Kaum Beachtung hingegen findet das Street Piano am Königsplatz. Ein Junge nutzt den freien Platz am Instrument, um sich auch einmal daran zu versuchen. In der rechten Hand hält er sein Mittagessen – es gibt Dürüm – mit der linken klimpert er auf dem Klavier herum. Die Passanten schenken dem Buben keine Aufmerksamkeit, lassen sich aber auch nicht stören. Manch einer bevorzugt Musik aus seinen Kopfhörern.

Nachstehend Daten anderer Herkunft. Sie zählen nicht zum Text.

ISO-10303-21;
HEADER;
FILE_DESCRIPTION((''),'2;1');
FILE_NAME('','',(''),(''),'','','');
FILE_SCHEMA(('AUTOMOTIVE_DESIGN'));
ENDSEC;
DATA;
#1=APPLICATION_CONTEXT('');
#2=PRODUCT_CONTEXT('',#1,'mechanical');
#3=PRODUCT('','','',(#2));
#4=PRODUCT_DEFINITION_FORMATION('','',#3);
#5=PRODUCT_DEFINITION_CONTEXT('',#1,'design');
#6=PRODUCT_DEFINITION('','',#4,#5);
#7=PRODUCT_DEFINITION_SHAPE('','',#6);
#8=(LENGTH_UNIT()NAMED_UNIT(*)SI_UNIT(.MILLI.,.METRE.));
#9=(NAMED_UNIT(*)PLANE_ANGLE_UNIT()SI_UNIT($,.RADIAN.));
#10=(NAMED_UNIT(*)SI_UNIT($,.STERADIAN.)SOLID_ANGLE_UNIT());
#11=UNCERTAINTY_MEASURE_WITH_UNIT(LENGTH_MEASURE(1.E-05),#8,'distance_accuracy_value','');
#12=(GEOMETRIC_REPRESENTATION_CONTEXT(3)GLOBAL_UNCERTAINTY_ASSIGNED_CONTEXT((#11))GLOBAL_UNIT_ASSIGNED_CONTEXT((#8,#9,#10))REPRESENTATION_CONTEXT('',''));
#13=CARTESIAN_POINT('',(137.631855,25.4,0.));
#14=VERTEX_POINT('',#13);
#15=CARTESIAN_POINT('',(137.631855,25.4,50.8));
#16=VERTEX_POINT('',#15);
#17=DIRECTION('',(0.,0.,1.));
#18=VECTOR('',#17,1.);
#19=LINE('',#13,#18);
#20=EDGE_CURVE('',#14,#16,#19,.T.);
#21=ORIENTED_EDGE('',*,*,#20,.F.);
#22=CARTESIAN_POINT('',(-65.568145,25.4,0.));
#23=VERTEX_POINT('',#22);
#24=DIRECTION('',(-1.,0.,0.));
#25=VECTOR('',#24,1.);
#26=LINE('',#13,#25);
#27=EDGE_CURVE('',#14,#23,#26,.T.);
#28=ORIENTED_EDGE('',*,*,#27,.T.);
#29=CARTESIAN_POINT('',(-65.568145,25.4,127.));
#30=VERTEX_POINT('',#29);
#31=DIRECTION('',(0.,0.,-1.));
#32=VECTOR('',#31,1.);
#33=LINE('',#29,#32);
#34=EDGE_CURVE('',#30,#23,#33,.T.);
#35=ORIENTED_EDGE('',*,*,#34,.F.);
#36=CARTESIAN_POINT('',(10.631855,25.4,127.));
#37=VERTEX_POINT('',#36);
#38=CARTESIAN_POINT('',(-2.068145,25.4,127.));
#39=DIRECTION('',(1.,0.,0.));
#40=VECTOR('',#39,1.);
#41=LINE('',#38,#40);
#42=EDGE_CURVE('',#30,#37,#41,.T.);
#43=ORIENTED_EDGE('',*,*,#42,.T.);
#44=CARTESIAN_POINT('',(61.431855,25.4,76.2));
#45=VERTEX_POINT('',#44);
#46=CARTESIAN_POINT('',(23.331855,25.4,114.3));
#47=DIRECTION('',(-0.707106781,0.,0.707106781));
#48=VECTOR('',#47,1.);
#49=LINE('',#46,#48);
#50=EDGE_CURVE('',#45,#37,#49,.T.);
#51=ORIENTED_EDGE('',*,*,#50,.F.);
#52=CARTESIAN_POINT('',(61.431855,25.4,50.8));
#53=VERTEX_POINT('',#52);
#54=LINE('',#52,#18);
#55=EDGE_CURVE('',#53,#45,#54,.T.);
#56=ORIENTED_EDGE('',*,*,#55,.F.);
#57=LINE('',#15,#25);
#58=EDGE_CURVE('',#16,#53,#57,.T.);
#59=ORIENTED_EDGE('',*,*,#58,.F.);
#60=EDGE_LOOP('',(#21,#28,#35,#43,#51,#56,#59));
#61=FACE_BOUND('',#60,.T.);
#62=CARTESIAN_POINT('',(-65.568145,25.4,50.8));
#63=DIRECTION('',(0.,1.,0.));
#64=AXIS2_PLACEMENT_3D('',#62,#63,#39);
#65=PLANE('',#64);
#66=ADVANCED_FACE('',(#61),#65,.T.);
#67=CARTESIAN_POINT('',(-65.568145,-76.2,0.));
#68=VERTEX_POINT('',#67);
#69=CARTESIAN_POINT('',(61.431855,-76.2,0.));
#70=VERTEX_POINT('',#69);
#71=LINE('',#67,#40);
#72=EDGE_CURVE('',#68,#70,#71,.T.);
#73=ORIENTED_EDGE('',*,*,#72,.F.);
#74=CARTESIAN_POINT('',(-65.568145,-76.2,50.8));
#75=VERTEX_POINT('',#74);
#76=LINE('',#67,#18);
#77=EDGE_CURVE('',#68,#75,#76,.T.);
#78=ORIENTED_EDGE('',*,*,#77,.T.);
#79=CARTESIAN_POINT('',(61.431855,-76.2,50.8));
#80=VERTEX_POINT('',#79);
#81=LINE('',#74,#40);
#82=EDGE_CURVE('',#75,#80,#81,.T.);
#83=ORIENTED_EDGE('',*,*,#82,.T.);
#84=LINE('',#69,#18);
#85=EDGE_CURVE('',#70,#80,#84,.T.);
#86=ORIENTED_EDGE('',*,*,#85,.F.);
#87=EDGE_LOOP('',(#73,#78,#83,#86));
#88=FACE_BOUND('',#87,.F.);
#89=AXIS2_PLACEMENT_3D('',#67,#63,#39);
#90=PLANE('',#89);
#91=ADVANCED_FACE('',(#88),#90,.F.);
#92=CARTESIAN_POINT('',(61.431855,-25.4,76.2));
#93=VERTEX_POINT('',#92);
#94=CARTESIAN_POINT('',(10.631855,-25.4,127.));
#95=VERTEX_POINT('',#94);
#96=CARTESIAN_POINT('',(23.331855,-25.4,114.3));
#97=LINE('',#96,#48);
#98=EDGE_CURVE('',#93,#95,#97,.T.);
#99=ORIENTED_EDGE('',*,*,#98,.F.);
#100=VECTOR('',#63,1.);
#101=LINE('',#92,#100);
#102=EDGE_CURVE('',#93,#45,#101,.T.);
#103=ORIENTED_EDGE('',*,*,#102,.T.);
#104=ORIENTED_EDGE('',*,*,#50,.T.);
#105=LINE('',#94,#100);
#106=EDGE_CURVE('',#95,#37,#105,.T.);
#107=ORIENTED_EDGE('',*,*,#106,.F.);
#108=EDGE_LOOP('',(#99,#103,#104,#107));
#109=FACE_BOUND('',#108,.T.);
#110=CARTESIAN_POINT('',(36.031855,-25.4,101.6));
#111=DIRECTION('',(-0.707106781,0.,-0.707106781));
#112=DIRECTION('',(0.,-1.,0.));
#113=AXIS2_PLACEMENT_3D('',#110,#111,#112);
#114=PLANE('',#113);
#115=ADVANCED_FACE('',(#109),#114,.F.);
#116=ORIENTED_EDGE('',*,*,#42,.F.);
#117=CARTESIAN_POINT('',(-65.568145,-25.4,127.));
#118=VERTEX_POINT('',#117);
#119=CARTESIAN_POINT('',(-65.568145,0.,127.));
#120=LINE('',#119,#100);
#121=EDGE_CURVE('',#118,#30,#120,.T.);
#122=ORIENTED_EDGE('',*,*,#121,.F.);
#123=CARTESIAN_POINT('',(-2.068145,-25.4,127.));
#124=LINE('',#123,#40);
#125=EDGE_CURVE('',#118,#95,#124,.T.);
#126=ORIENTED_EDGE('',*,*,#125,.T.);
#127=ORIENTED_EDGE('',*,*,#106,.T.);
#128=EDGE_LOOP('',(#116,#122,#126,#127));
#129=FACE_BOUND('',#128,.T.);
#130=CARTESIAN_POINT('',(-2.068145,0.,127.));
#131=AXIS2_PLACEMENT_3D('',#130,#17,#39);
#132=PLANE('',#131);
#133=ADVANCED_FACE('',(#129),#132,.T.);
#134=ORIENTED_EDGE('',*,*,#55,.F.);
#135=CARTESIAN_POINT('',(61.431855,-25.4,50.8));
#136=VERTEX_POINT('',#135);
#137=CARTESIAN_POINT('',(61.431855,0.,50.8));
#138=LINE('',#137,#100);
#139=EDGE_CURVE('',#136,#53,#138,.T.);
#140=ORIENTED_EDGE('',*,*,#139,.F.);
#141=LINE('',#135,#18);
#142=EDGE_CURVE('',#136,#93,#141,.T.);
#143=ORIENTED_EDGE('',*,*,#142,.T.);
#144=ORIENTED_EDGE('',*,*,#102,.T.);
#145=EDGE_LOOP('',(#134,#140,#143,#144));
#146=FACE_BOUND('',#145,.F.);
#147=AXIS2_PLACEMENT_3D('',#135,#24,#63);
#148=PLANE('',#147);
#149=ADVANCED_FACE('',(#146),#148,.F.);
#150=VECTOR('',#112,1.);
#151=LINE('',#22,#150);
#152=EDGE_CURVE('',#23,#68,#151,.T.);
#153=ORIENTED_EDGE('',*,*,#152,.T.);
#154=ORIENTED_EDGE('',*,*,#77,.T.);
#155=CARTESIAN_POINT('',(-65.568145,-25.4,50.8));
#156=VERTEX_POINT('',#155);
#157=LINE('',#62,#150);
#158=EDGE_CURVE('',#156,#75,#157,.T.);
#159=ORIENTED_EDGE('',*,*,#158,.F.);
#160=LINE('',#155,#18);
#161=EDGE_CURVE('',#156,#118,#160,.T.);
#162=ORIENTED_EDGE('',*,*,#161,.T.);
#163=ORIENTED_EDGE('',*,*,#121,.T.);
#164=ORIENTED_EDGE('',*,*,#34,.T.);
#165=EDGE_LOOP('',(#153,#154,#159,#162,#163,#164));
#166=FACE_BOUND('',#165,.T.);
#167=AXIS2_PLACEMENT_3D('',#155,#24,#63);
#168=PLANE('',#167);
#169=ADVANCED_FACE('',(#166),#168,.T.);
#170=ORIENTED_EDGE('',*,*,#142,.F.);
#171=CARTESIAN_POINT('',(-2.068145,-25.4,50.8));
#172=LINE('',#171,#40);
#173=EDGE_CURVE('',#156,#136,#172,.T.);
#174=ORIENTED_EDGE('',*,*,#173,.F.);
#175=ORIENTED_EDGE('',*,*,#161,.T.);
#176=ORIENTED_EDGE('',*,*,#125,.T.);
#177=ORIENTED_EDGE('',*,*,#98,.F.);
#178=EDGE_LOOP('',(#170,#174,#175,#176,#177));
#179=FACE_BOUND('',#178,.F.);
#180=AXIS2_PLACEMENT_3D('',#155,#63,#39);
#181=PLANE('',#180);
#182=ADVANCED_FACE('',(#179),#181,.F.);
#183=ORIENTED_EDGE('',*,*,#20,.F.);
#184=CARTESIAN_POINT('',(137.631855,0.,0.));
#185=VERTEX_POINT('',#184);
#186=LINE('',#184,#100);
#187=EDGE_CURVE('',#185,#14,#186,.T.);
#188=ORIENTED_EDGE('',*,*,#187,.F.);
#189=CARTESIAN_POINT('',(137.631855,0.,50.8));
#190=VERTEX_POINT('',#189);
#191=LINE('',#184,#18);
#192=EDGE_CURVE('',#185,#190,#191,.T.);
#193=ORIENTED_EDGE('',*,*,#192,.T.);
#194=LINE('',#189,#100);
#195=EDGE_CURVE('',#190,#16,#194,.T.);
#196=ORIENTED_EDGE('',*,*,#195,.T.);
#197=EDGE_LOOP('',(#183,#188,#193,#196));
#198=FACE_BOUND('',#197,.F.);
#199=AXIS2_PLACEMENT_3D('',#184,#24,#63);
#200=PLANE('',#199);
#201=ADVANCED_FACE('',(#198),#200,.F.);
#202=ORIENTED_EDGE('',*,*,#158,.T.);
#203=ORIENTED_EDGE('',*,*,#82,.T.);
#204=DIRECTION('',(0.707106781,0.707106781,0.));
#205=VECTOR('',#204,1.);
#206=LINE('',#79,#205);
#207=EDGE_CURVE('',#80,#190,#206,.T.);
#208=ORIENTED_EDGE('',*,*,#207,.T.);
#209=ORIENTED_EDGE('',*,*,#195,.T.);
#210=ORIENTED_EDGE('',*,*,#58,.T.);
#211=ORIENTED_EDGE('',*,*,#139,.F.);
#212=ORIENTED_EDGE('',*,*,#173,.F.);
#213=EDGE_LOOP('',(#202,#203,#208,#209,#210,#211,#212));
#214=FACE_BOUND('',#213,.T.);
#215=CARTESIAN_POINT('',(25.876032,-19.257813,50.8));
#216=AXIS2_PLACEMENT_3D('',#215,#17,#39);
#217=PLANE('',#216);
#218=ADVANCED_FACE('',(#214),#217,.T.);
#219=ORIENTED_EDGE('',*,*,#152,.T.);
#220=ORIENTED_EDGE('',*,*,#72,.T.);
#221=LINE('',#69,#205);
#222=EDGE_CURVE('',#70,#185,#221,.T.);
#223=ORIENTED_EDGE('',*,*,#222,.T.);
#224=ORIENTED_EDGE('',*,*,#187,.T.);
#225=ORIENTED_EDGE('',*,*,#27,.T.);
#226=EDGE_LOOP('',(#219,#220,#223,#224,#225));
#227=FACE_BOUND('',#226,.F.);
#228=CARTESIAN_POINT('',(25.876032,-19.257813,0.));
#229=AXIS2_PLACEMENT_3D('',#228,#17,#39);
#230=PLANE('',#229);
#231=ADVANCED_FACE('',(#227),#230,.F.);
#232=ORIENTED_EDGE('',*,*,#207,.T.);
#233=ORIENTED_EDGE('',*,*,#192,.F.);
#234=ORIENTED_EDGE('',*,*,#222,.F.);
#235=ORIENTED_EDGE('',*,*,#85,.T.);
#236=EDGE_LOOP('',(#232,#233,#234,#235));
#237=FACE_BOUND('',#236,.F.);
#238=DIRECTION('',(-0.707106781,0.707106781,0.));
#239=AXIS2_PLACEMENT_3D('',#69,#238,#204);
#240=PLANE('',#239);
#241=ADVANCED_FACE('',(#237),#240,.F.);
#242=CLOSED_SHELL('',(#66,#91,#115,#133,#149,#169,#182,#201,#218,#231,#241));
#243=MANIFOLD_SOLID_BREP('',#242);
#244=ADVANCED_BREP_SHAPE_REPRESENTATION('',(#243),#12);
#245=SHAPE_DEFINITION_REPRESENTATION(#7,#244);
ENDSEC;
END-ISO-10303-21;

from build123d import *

# Parameters (mm, degrees)
F1_DEPTH = 50.8
F2_W     = 127
F2_H     = 50.8
F3_DEPTH = 76.2
F4_SIZE  = 50.8


with BuildPart() as f1:
    # F0 (on Top) → F1 (new body)
    with BuildSketch(Plane.XY):
        Polygon((-65.568145, 25.4), (-65.568145, -76.2), (61.431855, -76.2), (137.631855, 0), (137.631855, 25.4), align=None)
    extrude(amount=F1_DEPTH)

    # F2 (on face) → F3 (join)
    with BuildSketch(Plane.XY.offset(50.8)):
        with Locations((-2.068145, 0)):
            Rectangle(F2_W, F2_H)
    extrude(amount=F3_DEPTH)

    # F4
    f4_edges = [f1.edges().sort_by_distance(p)[0] for p in [
        (61.431855, 0, 127),
    ]]
    chamfer(f4_edges, length=F4_SIZE)


solid = f1.part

Zwei junge Männer interessieren sich aber schon lange für das Instrument. Schließlich kommen sie zu dem Podest, einer von beiden beginnt zu spielen und weiß, was er tut. Ausschnitte aus dem Jazz-standard „Georgia“, ein paar Takte aus Johann Sebastian Bachs berühmter Toccata in D-moll und sogar die anspruchsvolle Rhapsodie Nr. 2 von Franz Liszt. Melodien, die es am Königsplatz nur selten zu hören gibt – interessierte Zuhörer finden sich trotzdem kaum. Doch das stört Jaroslaw Sapototzki nicht, er will einfach spielen. Seit einem Jahr lebt der 22-jährige Ukrainer in Deutschland. „Fünf Jahre lang habe ich überhaupt nicht gespielt“, erzählt er. Vorher besuchte er aber eine Musikschule in seiner Heimat, lernte Klavier 13 Jahre lang. Von der Aktion ist Sapototzki begeistert. So etwas hätte er sich in der Ukraine auch gewünscht.